Kerr-McGee management averred that the plant was in compliance with all government regulations; however, the jury accepted the argument that, with so hazardous a substance as plutonium, compliance was not sufficient to guarantee worker safety.

The documents that Karen Silkwood had promised to the reporter—which were not found at the accident scene—were supposed to prove the existence of serious safety problems at Kerr-McGee. Silkwood's own contamination almost certainly had not occurred at work, but in the apartment she shared with fellow lab analyst Sherri Ellis. The jury rejected Kerr-McGee's defense that Silkwood had spiked her own urine samples with plutonium or had deliberately contaminated herself. Journalist Richard Rashke, in his carefully documented account of Silkwood's death and the subsequent official investigations, suggests that someone at Kerr-McGee may have contaminated Silkwood to frighten her into dropping her union activism.
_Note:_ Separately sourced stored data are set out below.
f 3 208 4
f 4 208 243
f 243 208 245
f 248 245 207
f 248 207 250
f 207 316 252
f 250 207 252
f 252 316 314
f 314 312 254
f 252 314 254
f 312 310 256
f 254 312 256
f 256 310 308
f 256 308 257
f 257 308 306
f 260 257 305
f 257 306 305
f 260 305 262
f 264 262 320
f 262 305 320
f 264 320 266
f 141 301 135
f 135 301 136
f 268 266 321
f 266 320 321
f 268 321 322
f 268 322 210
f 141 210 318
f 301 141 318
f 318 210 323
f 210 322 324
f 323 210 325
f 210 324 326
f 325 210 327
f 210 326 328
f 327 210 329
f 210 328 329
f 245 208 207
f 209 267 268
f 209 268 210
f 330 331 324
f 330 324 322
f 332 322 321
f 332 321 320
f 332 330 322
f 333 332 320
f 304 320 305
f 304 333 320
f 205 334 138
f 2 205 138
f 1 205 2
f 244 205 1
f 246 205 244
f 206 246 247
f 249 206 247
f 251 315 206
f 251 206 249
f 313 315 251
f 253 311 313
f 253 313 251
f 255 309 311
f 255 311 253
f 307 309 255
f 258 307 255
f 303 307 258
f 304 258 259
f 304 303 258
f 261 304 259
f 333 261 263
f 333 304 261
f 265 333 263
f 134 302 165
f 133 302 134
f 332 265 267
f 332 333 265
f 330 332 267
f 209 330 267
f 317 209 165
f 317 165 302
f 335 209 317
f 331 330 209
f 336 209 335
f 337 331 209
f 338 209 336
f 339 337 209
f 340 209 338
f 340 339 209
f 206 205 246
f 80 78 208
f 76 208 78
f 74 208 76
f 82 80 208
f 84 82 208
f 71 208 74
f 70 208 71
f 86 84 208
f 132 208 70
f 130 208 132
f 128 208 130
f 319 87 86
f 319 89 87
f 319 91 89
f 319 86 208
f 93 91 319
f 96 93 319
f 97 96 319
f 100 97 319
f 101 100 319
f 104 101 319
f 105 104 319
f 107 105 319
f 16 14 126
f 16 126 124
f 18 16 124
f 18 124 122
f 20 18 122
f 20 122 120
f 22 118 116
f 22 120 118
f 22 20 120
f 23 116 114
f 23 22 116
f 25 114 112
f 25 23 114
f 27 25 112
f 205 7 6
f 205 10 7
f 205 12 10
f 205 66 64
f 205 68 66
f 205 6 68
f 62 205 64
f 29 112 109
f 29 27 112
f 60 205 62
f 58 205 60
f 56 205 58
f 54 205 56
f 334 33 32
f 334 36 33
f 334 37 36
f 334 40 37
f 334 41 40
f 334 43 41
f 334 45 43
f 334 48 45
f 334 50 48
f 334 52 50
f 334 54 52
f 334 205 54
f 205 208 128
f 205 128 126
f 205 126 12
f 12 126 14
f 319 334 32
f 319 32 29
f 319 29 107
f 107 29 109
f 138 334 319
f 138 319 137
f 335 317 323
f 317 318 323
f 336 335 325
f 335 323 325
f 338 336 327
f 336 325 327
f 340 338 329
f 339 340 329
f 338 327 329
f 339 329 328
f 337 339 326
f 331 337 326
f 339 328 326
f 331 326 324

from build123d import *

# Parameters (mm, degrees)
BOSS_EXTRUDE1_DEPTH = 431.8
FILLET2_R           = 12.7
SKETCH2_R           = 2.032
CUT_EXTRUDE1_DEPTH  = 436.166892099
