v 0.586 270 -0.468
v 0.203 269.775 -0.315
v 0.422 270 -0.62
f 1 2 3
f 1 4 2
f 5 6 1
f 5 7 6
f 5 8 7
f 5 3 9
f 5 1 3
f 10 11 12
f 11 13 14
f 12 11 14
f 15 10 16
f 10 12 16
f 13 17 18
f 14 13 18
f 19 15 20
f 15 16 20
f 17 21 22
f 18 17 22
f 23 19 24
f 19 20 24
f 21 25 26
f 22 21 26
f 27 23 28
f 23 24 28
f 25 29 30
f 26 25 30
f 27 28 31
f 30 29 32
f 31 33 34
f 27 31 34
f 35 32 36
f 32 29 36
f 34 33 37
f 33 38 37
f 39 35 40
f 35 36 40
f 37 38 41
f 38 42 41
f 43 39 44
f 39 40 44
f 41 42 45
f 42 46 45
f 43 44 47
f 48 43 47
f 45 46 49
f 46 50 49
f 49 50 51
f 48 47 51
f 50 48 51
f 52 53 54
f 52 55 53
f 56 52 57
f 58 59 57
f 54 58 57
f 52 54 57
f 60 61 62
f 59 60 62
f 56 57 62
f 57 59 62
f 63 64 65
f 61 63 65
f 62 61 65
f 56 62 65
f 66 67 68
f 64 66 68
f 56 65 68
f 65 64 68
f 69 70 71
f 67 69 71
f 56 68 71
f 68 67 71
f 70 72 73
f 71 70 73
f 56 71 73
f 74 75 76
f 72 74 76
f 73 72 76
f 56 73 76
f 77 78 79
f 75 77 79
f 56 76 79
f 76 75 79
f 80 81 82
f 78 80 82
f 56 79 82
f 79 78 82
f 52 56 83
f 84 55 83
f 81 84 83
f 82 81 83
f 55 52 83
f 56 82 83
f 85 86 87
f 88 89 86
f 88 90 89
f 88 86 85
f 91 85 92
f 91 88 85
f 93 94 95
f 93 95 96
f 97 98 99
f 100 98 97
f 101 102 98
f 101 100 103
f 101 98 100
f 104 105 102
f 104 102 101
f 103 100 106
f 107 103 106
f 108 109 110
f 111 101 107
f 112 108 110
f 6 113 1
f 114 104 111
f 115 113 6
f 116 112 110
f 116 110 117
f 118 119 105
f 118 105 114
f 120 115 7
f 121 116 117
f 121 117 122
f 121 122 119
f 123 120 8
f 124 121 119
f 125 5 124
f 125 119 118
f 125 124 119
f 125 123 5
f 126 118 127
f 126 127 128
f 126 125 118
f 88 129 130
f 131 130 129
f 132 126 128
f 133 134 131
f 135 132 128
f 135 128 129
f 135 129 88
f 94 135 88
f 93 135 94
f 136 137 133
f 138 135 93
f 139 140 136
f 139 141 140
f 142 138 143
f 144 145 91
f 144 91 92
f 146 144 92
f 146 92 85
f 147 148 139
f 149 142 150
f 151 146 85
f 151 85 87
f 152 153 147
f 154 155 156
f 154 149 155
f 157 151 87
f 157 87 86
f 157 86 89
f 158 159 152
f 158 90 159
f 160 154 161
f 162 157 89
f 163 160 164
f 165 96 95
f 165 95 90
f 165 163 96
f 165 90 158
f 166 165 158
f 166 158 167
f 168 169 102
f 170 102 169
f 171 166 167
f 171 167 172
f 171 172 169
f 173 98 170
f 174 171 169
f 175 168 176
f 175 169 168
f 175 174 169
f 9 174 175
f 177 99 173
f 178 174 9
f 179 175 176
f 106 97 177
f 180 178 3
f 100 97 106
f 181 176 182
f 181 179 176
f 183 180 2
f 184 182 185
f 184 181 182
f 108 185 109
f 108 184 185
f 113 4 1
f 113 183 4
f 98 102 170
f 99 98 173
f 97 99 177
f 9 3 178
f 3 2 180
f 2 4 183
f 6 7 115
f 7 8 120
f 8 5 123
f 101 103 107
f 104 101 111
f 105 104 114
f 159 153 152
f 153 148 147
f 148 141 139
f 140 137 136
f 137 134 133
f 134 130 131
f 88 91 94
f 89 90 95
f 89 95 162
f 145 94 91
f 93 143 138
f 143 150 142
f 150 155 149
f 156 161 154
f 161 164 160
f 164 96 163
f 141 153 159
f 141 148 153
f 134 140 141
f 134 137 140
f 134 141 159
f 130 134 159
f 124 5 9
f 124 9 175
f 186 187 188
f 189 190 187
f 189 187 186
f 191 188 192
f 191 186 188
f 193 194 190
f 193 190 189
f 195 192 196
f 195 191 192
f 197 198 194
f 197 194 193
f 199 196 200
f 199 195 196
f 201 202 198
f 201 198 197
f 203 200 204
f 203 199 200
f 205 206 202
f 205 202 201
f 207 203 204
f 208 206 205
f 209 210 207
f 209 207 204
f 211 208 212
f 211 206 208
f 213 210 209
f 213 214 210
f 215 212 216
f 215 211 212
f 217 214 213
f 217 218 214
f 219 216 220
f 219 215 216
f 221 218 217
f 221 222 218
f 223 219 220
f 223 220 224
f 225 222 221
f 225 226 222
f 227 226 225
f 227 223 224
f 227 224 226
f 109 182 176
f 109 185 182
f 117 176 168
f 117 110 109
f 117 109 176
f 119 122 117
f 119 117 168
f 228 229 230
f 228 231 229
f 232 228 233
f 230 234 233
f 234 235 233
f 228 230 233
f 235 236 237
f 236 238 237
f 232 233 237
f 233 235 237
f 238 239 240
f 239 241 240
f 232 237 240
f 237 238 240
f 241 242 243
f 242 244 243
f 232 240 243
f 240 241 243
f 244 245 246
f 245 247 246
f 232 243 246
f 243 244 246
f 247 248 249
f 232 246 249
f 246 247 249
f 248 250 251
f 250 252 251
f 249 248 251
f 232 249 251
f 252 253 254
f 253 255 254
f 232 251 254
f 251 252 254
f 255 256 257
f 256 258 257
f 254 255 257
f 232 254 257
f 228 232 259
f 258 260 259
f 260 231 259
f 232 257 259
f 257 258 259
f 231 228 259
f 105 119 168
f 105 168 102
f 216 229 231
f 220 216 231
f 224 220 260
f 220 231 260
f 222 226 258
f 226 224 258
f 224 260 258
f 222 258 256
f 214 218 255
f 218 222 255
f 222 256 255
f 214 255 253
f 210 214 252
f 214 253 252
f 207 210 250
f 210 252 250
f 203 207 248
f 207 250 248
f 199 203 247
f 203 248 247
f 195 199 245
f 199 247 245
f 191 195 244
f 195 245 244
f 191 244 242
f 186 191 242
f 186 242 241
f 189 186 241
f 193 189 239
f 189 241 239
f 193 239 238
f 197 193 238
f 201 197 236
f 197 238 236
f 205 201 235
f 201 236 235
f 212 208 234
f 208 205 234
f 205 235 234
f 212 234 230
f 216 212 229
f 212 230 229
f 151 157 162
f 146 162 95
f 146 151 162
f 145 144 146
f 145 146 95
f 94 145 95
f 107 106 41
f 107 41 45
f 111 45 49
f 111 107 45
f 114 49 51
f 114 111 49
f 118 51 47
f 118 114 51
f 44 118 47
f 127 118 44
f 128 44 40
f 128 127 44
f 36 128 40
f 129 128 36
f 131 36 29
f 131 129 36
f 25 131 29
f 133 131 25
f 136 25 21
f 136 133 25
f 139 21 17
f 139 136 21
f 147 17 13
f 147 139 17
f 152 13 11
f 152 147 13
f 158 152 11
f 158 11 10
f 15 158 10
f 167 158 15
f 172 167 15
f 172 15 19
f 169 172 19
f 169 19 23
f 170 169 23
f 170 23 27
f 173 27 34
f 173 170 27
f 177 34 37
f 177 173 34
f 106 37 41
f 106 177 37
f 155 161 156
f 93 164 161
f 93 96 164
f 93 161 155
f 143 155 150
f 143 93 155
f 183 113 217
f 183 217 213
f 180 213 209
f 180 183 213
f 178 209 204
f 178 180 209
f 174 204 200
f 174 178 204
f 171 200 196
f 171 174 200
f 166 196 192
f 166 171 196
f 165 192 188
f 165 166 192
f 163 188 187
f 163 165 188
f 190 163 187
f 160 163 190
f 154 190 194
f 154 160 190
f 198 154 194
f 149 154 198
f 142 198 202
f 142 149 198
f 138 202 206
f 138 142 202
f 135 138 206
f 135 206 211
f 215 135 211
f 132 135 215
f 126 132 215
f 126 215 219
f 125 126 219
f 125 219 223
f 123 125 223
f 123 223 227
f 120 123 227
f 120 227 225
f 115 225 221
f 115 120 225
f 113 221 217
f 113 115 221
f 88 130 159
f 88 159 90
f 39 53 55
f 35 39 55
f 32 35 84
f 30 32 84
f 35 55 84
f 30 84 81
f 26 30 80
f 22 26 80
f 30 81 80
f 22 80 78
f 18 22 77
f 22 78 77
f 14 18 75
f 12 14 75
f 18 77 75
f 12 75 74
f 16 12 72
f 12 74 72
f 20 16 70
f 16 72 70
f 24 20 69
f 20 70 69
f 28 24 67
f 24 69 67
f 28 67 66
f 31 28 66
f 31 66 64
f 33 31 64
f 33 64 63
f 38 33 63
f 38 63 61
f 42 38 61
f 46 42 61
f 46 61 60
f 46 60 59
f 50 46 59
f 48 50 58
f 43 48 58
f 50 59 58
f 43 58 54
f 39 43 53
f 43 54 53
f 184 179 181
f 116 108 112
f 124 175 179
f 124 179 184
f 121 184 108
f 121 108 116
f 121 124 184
The negligence suit had originally been intended as one prong of two-part assault on Kerr-McGee Nuclear. Silkwood's father and activist lawyer Dan Sheehan planned to sue the company for conspiring to violate Silkwood's civil rights by preventing her from reporting problems. This suit was abandoned for lack of definitive evidence, even as it led into a tangle of alleged Federal Bureau of Investigation (FBI) actions against anti-nuclear activists. Government interest in protecting Kerr-McGee Nuclear would not be entirely surprising, thanks to founder Bob Kerr's long career as a powerful Oklahoma Senator.